Influence of partial pressure of water vapor on anodic dissolution of tungsten from super hard alloy tools in molten sodium hydroxide

Abstract

As part of an ongoing study of a new tungsten recycling process using a molten sodium hydroxide bath, in which tungsten is anodically dissolved in the melt from tungsten-containing secondary resources, the influence of the partial pressure of water vapor on the electrochemical behavior of tungsten, cobalt, nickel, and tungsten carbide was investigated. Cyclic voltammograms of cobalt suggested that the solubility of cobalt compounds increased with the partial pressure of water vapor, whereas tungsten and tungsten carbide underwent no significant changes during their oxidation step. In addition, the current attributable to the evolution of hydrogen gas was measured when the partial pressure of water vapor became higher than 0.5atm.
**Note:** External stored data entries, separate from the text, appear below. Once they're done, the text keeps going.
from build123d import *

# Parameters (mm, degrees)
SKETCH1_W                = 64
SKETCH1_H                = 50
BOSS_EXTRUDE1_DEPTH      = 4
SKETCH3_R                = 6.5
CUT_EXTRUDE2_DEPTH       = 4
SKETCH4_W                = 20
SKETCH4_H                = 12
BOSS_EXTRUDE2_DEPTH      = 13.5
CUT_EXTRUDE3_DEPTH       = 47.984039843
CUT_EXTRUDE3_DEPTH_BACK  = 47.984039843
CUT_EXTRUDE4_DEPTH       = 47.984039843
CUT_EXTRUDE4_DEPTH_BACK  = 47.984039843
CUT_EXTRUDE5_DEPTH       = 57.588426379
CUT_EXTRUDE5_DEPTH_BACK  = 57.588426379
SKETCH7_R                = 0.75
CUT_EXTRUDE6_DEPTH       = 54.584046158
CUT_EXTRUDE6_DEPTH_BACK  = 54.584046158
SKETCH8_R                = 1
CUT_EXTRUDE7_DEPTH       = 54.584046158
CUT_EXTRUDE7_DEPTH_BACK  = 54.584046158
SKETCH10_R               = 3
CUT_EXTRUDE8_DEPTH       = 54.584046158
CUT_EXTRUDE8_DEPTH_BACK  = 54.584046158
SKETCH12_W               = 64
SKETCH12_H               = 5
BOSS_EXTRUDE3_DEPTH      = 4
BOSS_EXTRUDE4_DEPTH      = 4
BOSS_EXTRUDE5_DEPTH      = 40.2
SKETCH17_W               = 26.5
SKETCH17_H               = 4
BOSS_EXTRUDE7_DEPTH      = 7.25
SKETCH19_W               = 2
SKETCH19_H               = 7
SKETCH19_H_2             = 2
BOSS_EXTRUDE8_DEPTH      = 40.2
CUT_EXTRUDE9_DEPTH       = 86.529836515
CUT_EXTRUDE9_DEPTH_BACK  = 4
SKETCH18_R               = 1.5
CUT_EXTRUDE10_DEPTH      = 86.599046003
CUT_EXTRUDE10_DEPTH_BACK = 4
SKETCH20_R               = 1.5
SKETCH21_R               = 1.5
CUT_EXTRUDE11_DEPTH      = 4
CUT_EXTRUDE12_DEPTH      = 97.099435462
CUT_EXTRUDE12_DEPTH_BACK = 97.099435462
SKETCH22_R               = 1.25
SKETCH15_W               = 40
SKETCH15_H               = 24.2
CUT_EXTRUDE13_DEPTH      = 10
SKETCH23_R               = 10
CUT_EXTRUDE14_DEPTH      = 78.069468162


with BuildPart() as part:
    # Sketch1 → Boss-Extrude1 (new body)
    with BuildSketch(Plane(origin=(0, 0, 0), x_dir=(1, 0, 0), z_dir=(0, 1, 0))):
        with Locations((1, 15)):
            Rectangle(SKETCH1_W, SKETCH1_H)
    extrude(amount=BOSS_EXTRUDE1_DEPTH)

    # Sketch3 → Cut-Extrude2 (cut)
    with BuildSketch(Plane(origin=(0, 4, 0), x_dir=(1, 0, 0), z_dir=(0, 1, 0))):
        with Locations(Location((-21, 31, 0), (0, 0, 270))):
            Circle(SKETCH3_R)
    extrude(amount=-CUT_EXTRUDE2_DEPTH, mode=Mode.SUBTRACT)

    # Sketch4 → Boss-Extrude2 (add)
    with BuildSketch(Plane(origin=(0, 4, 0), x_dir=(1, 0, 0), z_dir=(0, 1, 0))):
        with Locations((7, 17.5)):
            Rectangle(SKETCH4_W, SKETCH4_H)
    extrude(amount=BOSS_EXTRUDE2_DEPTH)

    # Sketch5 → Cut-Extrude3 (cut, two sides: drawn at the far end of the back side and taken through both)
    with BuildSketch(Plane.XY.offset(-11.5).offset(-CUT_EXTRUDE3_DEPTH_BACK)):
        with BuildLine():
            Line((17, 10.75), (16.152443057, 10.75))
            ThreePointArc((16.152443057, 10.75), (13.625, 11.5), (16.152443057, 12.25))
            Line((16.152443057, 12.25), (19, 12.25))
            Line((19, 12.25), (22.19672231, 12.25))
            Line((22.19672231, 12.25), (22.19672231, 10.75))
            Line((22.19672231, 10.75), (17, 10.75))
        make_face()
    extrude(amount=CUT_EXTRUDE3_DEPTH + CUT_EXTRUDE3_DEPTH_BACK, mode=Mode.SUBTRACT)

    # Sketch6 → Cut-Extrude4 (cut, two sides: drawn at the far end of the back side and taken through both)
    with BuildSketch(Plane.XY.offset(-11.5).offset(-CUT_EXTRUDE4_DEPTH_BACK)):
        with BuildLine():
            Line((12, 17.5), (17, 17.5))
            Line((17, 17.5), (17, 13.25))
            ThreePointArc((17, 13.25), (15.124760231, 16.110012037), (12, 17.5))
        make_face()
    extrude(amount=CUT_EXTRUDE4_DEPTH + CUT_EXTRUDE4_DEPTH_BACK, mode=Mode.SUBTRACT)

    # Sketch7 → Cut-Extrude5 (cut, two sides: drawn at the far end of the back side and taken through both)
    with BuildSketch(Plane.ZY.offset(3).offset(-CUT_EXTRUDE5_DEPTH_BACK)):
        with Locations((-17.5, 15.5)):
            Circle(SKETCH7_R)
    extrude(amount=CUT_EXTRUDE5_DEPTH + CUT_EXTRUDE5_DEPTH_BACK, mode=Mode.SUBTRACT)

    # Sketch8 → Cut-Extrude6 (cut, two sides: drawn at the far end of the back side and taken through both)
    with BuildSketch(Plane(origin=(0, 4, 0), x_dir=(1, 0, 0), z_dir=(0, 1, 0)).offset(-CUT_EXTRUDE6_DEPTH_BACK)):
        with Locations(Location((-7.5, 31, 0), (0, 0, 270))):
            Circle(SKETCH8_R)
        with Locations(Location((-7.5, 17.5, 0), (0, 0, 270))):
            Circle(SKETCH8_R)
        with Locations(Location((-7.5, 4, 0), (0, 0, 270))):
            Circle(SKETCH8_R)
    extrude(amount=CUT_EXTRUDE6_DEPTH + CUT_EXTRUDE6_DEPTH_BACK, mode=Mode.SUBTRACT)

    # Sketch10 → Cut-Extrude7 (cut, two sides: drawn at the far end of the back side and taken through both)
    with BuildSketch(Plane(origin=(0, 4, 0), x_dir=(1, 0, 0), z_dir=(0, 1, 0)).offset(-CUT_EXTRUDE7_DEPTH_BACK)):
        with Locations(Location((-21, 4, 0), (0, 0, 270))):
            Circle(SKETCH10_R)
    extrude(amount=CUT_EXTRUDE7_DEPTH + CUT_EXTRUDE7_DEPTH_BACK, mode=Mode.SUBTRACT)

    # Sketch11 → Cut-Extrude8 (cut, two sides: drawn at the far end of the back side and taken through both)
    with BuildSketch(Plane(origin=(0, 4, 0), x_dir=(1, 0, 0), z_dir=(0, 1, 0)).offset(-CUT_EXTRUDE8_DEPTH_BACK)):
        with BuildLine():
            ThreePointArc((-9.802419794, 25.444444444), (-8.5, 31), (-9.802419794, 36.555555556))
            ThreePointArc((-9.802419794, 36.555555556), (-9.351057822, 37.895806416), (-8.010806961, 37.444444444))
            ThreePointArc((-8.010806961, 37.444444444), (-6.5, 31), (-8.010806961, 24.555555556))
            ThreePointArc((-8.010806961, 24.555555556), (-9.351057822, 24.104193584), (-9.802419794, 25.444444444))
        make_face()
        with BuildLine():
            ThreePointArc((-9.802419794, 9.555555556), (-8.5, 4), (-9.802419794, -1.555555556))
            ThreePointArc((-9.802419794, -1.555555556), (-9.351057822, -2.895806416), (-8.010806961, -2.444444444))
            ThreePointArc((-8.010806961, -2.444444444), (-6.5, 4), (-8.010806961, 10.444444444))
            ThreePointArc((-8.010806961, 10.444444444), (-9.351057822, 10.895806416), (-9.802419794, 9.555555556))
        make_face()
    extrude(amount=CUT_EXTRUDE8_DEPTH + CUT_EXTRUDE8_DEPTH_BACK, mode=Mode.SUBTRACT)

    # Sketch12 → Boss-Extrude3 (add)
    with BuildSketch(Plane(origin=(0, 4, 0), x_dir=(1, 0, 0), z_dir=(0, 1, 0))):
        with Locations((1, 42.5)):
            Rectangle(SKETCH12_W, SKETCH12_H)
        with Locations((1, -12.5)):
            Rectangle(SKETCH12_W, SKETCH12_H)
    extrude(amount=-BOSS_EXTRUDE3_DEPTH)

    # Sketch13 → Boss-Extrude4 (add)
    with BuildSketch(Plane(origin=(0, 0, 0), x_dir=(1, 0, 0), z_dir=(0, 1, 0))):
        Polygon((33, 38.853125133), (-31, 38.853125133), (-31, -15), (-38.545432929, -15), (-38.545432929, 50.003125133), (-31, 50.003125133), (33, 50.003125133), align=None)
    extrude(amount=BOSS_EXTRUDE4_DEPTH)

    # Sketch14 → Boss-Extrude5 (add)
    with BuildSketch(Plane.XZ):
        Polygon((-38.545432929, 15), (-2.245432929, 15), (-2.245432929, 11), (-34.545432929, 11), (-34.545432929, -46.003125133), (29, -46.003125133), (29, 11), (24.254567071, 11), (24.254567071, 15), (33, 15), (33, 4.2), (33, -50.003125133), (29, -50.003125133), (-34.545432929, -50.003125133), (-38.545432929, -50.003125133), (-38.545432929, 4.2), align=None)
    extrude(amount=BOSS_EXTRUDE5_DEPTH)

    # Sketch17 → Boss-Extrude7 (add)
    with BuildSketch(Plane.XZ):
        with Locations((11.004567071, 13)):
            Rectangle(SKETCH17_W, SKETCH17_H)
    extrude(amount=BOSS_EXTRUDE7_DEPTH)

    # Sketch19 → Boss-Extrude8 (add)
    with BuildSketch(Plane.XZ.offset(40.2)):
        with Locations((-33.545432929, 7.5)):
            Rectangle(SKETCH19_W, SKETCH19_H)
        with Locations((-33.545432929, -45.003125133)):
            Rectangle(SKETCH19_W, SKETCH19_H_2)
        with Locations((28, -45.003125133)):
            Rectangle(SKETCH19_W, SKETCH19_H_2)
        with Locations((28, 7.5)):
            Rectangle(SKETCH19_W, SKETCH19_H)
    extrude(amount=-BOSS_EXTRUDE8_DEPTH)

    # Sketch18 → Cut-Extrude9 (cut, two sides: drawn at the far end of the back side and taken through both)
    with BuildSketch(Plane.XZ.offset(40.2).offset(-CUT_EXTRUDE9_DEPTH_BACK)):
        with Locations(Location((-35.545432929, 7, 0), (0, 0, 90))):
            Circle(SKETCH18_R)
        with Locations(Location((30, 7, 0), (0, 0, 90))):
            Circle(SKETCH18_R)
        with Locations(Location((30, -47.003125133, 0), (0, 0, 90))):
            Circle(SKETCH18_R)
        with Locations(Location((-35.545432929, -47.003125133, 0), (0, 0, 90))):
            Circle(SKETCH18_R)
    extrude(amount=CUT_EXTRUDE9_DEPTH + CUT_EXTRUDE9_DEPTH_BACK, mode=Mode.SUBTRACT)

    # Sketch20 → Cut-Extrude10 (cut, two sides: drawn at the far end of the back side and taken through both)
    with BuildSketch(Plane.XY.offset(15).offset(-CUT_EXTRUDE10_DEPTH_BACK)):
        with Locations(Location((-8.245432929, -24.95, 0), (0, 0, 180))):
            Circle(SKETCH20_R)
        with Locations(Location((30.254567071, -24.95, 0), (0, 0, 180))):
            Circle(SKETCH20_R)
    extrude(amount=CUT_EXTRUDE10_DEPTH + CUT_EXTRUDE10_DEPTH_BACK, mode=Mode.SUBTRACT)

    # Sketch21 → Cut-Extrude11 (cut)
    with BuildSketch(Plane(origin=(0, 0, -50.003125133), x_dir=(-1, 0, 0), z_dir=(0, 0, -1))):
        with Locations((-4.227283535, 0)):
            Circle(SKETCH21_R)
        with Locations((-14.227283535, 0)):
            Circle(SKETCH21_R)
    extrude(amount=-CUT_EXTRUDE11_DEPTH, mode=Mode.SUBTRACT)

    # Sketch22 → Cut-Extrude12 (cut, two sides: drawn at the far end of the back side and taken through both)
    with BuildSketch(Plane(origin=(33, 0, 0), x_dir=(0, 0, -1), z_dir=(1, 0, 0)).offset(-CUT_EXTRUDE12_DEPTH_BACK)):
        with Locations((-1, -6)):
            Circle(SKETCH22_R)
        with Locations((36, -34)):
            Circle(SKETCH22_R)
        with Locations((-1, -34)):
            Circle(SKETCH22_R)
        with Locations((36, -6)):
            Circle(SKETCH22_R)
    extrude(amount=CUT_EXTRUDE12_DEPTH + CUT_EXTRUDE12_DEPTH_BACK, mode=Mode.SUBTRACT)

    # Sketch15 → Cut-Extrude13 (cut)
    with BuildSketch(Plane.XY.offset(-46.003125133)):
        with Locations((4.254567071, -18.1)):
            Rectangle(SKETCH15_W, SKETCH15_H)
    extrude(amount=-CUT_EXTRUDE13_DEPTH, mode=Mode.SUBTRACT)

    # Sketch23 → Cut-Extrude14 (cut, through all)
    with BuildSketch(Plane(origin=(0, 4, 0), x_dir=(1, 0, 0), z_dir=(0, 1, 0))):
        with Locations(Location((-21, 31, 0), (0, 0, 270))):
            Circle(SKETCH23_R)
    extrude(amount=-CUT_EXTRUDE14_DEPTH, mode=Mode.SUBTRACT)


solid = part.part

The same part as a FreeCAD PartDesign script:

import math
import FreeCAD as App
import Part
import Sketcher
from FreeCAD import Vector
Q = App.Units.Quantity


def add_polygon(sketch, points):
    """Adds a closed chain of lines whose ends are joined by coincident constraints."""
    first, n = sketch.GeometryCount, len(points)
    for a, b in zip(points, points[1:] + points[:1]):
        sketch.addGeometry(Part.LineSegment(App.Vector(*a, 0), App.Vector(*b, 0)), False)
    for i in range(n):
        sketch.addConstraint(Sketcher.Constraint("Coincident", first + i, 2, first + (i + 1) % n, 1))

doc = App.newDocument("Part")
body = doc.addObject("PartDesign::Body", "Body")

# Sketch on XZ plane
sketch1 = doc.addObject("Sketcher::SketchObject", "Sketch")
body.addObject(sketch1)
sketch1.AttachmentSupport = (doc.XZ_Plane, [""])
sketch1.MapMode = "FlatFace"
add_polygon(sketch1, [(-31, -40), (-31, 10), (33, 10), (33, -40)])  # lines 0-3
sketch1.addConstraint([
    Sketcher.Constraint("Vertical", 0),
    Sketcher.Constraint("Horizontal", 1),
    Sketcher.Constraint("Vertical", 2),
    Sketcher.Constraint("Horizontal", 3),
    Sketcher.Constraint("DistanceX", 1, 1, 1, 2, Q("64 mm")),
    Sketcher.Constraint("DistanceY", 0, 1, 0, 2, Q("50 mm")),
    Sketcher.Constraint("DistanceX", 0, 2, -1, 1, Q("31 mm")),
    Sketcher.Constraint("DistanceY", -1, 1, 0, 2, Q("10 mm")),
])
pad1 = doc.addObject("PartDesign::Pad", "Pad")
body.addObject(pad1)
pad1.Profile = sketch1
pad1.Length = 4
pad1.Reversed = True

# Sketch on XZ plane
sketch2 = doc.addObject("Sketcher::SketchObject", "Sketch001")
body.addObject(sketch2)
sketch2.AttachmentSupport = (doc.XZ_Plane, [""])
sketch2.MapMode = "FlatFace"
sketch2.AttachmentOffset = App.Placement(Vector(0, 0, -4), App.Rotation())
sketch2.addGeometry(Part.Circle(Vector(-21, -31, 0), Vector(0, 0, 1), 6), False)
sketch2.addConstraint([
    Sketcher.Constraint("Diameter", 0, Q("13 mm")),
    Sketcher.Constraint("DistanceX", 0, 3, -1, 1, Q("21 mm")),
    Sketcher.Constraint("DistanceY", 0, 3, -1, 1, Q("31 mm")),
])
pocket1 = doc.addObject("PartDesign::Pocket", "Pocket")
body.addObject(pocket1)
pocket1.Profile = sketch2
pocket1.Length = 4
pocket1.Reversed = True

# Sketch on XZ plane
sketch3 = doc.addObject("Sketcher::SketchObject", "Sketch002")
body.addObject(sketch3)
sketch3.AttachmentSupport = (doc.XZ_Plane, [""])
sketch3.MapMode = "FlatFace"
sketch3.AttachmentOffset = App.Placement(Vector(0, 0, -4), App.Rotation())
add_polygon(sketch3, [(-3, -24), (-3, -12), (17, -12), (17, -24)])  # lines 0-3
sketch3.addConstraint([
    Sketcher.Constraint("Vertical", 0),
    Sketcher.Constraint("Horizontal", 1),
    Sketcher.Constraint("Vertical", 2),
    Sketcher.Constraint("Horizontal", 3),
    Sketcher.Constraint("DistanceX", 1, 1, 1, 2, Q("20 mm")),
    Sketcher.Constraint("DistanceY", 0, 1, 0, 2, Q("12 mm")),
    Sketcher.Constraint("DistanceX", 0, 2, -1, 1, Q("3 mm")),
    Sketcher.Constraint("DistanceY", 0, 2, -1, 1, Q("11.5 mm")),
])
pad2 = doc.addObject("PartDesign::Pad", "Pad001")
body.addObject(pad2)
pad2.Profile = sketch3
pad2.Length = 13.5
pad2.Reversed = True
On the basis of the abovementioned results, anodic dissolution was carried out at a constant cell voltage using a super hard alloy tool. When water vapor was introduced into the system, the cell voltage and period required to dissolve the entire tip were reduced, even though the applied cell voltage was less than half that required under a pure argon atmosphere. These results indicate that the introduction of water vapor has the potential to improve the anodic dissolution step in the tungsten recycling process using a molten sodium hydroxide bath.